-------- Available records

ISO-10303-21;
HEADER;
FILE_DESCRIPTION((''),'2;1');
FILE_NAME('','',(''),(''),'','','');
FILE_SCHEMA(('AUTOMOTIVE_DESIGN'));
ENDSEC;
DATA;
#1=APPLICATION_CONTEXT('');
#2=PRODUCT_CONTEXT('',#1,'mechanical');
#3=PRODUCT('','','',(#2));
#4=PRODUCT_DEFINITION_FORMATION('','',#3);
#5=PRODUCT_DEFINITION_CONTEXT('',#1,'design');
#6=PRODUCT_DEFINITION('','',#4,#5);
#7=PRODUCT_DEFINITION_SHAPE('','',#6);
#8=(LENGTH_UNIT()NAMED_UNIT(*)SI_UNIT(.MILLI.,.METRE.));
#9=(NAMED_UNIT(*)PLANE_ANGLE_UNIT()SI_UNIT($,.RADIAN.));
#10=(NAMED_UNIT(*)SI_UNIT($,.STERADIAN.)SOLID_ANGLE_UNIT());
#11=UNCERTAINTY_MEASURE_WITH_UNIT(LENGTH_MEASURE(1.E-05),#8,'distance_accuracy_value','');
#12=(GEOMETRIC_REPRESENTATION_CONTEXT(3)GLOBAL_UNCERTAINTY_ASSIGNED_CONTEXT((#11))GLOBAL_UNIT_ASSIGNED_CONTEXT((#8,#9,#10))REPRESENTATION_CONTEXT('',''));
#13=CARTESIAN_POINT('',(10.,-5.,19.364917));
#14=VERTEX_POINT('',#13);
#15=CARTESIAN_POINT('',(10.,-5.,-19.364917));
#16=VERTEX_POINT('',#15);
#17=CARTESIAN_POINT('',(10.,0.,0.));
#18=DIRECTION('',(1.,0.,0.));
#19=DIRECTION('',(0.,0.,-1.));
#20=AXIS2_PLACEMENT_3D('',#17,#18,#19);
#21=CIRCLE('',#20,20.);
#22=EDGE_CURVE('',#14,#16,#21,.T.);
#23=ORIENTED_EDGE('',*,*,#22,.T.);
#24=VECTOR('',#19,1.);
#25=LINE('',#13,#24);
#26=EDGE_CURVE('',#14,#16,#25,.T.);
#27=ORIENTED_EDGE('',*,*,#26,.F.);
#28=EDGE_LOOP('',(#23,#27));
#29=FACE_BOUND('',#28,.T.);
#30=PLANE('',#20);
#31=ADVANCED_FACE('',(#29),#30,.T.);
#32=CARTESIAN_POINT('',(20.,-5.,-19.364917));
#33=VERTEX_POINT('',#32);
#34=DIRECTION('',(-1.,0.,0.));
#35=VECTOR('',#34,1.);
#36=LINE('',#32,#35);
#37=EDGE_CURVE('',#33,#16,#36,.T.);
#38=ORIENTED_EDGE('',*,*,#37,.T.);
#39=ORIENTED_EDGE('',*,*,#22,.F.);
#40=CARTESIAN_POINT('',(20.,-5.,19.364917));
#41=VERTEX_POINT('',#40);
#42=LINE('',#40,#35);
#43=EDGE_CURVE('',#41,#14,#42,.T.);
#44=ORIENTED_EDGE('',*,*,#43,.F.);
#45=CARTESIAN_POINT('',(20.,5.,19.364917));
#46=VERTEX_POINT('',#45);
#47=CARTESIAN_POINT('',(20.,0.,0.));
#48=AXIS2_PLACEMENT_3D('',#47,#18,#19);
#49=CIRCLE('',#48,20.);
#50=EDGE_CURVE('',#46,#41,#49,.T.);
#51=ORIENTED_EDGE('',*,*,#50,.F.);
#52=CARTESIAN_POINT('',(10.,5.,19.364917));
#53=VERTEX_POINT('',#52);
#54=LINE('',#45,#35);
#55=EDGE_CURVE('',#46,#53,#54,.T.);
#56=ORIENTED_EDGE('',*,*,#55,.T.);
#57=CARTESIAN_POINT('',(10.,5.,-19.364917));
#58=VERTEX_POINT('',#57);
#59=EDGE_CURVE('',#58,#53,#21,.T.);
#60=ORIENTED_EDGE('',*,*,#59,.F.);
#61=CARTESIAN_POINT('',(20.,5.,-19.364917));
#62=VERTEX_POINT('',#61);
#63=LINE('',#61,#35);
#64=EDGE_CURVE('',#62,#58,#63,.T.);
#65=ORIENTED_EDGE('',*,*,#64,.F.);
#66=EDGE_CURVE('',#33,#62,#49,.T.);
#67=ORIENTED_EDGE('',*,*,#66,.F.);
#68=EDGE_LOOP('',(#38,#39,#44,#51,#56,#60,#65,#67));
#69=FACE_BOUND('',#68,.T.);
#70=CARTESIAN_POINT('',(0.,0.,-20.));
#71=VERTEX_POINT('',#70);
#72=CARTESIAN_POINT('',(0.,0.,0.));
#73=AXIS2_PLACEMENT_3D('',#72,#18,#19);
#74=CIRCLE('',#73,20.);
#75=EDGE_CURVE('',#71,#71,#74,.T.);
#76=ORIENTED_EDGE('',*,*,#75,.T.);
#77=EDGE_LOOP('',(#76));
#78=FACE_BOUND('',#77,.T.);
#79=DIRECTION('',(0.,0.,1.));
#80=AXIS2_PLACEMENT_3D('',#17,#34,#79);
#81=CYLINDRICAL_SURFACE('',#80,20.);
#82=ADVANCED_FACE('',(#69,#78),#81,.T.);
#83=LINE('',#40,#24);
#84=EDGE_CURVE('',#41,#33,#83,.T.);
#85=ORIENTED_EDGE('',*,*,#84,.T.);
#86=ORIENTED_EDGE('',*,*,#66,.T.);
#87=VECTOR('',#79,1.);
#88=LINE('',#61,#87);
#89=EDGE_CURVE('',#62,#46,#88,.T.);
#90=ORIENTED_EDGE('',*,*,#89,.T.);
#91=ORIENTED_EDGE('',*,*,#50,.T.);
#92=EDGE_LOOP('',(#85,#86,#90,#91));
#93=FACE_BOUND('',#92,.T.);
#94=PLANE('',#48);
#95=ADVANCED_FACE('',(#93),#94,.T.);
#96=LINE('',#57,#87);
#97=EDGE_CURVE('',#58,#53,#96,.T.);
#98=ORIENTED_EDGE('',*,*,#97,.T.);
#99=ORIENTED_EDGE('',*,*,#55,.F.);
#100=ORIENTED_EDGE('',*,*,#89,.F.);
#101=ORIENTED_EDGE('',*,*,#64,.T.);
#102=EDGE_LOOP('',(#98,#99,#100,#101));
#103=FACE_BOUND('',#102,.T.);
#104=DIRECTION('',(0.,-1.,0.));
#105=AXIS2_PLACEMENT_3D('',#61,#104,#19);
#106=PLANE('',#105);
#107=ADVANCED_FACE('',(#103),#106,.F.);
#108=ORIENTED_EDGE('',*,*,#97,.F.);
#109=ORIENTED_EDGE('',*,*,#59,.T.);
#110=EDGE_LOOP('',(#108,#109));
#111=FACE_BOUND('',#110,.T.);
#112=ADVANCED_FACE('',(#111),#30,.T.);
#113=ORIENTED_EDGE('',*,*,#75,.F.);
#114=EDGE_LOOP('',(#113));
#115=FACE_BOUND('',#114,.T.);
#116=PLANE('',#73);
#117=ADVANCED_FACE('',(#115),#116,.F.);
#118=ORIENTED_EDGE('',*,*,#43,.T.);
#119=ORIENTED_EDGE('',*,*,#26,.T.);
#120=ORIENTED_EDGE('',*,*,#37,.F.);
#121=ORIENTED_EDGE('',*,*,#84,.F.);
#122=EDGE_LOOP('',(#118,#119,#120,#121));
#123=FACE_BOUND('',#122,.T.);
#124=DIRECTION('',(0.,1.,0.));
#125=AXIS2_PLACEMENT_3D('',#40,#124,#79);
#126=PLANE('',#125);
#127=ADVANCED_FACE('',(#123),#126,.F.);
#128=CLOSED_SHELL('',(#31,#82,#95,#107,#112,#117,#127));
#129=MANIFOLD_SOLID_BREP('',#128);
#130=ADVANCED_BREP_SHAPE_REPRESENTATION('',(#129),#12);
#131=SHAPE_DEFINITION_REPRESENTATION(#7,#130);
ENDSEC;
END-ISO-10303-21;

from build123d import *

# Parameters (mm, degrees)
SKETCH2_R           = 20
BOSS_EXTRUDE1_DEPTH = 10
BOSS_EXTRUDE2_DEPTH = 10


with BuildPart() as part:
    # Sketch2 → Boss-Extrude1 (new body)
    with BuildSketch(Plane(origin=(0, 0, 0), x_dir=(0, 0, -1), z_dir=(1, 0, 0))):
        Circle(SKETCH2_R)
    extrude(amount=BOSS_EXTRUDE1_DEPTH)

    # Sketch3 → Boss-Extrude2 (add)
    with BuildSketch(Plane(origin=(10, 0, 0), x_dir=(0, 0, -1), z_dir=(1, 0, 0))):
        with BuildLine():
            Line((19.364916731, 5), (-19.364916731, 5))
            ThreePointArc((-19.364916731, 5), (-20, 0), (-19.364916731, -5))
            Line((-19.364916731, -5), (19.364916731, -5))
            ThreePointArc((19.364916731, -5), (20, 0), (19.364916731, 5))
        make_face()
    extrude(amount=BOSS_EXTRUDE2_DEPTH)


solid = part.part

----------------
-------- Available records

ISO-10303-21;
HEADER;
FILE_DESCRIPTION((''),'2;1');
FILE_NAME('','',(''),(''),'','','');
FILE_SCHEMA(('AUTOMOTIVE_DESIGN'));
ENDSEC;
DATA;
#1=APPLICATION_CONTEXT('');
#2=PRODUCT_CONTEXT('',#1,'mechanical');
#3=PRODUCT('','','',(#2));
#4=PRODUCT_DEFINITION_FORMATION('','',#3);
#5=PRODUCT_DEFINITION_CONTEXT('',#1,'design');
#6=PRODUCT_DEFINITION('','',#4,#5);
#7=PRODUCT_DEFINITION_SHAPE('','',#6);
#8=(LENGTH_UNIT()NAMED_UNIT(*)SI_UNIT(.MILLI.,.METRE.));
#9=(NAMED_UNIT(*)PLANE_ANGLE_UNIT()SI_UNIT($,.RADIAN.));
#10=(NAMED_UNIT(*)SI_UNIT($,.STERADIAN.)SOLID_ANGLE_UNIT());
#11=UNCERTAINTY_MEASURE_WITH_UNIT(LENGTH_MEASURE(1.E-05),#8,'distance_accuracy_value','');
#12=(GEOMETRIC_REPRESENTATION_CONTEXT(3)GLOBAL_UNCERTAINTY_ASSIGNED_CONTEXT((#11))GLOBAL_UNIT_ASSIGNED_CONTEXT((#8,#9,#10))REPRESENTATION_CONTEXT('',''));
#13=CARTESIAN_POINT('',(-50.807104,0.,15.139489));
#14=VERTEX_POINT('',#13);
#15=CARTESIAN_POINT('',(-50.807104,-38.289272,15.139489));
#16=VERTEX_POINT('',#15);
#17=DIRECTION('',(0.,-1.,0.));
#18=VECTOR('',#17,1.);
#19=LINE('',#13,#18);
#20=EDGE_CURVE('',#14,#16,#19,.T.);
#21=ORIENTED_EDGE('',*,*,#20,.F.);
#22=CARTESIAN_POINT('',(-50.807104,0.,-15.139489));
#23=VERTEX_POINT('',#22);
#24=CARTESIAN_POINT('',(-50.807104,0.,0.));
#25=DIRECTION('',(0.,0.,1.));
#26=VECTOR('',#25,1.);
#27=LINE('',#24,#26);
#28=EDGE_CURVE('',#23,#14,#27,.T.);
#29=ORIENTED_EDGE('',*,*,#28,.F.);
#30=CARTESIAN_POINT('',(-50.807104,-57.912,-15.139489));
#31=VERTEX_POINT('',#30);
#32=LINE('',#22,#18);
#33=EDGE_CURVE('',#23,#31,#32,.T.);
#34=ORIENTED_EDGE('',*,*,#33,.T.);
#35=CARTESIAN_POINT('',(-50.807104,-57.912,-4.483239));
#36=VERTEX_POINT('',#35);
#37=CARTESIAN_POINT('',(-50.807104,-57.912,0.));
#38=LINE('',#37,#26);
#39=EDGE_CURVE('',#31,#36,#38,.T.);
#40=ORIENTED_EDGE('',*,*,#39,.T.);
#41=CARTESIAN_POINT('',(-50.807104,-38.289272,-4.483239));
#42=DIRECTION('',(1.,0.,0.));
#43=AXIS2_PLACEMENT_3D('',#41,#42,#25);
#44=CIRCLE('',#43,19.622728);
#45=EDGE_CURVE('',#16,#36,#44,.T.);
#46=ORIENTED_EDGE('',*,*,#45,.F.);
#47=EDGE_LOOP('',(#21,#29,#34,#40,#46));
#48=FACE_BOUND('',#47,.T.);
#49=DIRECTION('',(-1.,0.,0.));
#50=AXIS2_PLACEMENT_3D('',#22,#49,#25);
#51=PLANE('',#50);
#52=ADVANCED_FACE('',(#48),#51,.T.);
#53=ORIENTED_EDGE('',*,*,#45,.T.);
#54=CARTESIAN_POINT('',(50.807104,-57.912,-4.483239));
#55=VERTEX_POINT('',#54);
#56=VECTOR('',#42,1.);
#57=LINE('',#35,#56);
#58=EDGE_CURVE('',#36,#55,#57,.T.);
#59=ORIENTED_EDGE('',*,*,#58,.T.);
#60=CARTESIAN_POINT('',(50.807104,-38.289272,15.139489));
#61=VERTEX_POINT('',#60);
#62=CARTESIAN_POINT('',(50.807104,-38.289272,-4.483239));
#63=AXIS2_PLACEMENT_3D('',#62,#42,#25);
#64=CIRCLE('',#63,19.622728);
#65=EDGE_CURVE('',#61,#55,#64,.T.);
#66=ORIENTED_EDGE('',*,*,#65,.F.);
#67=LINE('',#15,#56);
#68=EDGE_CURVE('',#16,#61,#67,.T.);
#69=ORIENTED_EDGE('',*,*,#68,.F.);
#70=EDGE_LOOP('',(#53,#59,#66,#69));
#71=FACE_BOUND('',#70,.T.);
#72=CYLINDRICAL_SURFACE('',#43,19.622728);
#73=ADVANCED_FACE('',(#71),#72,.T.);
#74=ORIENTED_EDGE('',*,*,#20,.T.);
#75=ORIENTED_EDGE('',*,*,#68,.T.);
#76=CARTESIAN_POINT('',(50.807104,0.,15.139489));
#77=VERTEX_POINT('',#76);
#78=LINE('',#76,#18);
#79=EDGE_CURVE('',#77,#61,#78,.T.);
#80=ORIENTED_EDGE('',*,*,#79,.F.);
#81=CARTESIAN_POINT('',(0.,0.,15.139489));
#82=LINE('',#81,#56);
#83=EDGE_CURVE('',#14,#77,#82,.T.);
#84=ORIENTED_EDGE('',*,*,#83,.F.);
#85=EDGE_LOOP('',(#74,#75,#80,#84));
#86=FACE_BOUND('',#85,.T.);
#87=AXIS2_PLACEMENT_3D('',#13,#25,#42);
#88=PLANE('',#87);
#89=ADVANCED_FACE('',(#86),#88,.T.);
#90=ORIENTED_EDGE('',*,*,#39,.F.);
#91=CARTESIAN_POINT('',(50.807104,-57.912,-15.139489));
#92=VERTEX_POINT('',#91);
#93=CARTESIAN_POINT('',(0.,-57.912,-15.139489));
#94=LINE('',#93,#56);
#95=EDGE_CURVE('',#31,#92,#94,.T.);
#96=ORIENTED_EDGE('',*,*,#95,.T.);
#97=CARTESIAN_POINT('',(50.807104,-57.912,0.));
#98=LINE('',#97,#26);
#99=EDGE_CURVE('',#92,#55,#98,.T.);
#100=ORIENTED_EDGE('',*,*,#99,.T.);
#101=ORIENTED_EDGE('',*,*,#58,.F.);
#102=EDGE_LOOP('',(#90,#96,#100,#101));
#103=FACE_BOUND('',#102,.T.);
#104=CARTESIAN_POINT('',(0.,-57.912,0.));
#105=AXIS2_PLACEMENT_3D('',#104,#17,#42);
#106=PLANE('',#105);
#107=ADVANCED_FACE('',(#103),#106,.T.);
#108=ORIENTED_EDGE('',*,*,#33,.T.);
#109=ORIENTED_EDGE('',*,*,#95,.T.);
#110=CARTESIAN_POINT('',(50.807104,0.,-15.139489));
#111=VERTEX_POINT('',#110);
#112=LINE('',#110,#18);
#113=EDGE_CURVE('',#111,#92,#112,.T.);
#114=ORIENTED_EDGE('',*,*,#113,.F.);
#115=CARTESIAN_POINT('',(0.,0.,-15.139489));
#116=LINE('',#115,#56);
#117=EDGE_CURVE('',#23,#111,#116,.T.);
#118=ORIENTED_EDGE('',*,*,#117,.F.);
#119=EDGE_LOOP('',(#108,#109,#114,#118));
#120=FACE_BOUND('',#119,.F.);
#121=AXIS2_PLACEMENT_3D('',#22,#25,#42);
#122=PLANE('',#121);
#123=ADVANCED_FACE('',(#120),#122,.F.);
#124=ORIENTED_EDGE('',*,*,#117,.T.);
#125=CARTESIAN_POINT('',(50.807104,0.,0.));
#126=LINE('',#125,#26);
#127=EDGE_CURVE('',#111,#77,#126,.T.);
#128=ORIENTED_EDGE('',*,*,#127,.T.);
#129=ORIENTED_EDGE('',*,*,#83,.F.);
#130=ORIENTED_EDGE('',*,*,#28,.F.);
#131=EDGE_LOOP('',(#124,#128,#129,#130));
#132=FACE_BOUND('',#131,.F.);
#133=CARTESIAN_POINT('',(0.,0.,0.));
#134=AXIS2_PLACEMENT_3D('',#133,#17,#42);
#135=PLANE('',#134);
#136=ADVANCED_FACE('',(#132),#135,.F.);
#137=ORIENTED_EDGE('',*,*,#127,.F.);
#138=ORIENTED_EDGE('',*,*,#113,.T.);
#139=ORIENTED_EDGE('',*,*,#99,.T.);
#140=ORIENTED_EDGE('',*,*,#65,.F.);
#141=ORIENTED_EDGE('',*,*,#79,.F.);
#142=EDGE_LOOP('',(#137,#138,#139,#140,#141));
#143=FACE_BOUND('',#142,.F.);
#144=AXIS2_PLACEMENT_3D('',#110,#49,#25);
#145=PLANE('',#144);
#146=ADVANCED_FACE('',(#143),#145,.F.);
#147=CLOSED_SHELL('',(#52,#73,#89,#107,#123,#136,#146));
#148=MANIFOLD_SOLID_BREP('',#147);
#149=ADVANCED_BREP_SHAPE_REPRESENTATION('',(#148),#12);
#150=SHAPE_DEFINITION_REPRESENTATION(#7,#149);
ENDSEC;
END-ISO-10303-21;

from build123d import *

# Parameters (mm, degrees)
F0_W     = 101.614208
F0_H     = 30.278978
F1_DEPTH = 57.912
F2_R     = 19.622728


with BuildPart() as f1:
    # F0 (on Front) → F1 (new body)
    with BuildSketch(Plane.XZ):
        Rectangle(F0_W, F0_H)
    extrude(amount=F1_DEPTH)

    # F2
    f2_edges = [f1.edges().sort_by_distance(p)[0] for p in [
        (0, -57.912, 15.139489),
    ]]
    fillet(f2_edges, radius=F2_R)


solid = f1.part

----------------

* Exercise directions:
Above are the records; repeat exactly the lines from the one holding "#96=LINE('',#57,#87);" down to the one holding "#104=DIRECTION('',(0.,-1.,0.));", end lines included.

* Response area:
#96=LINE('',#57,#87);
#97=EDGE_CURVE('',#58,#53,#96,.T.);
#98=ORIENTED_EDGE('',*,*,#97,.T.);
#99=ORIENTED_EDGE('',*,*,#55,.F.);
#100=ORIENTED_EDGE('',*,*,#89,.F.);
#101=ORIENTED_EDGE('',*,*,#64,.T.);
#102=EDGE_LOOP('',(#98,#99,#100,#101));
#103=FACE_BOUND('',#102,.T.);
#104=DIRECTION('',(0.,-1.,0.));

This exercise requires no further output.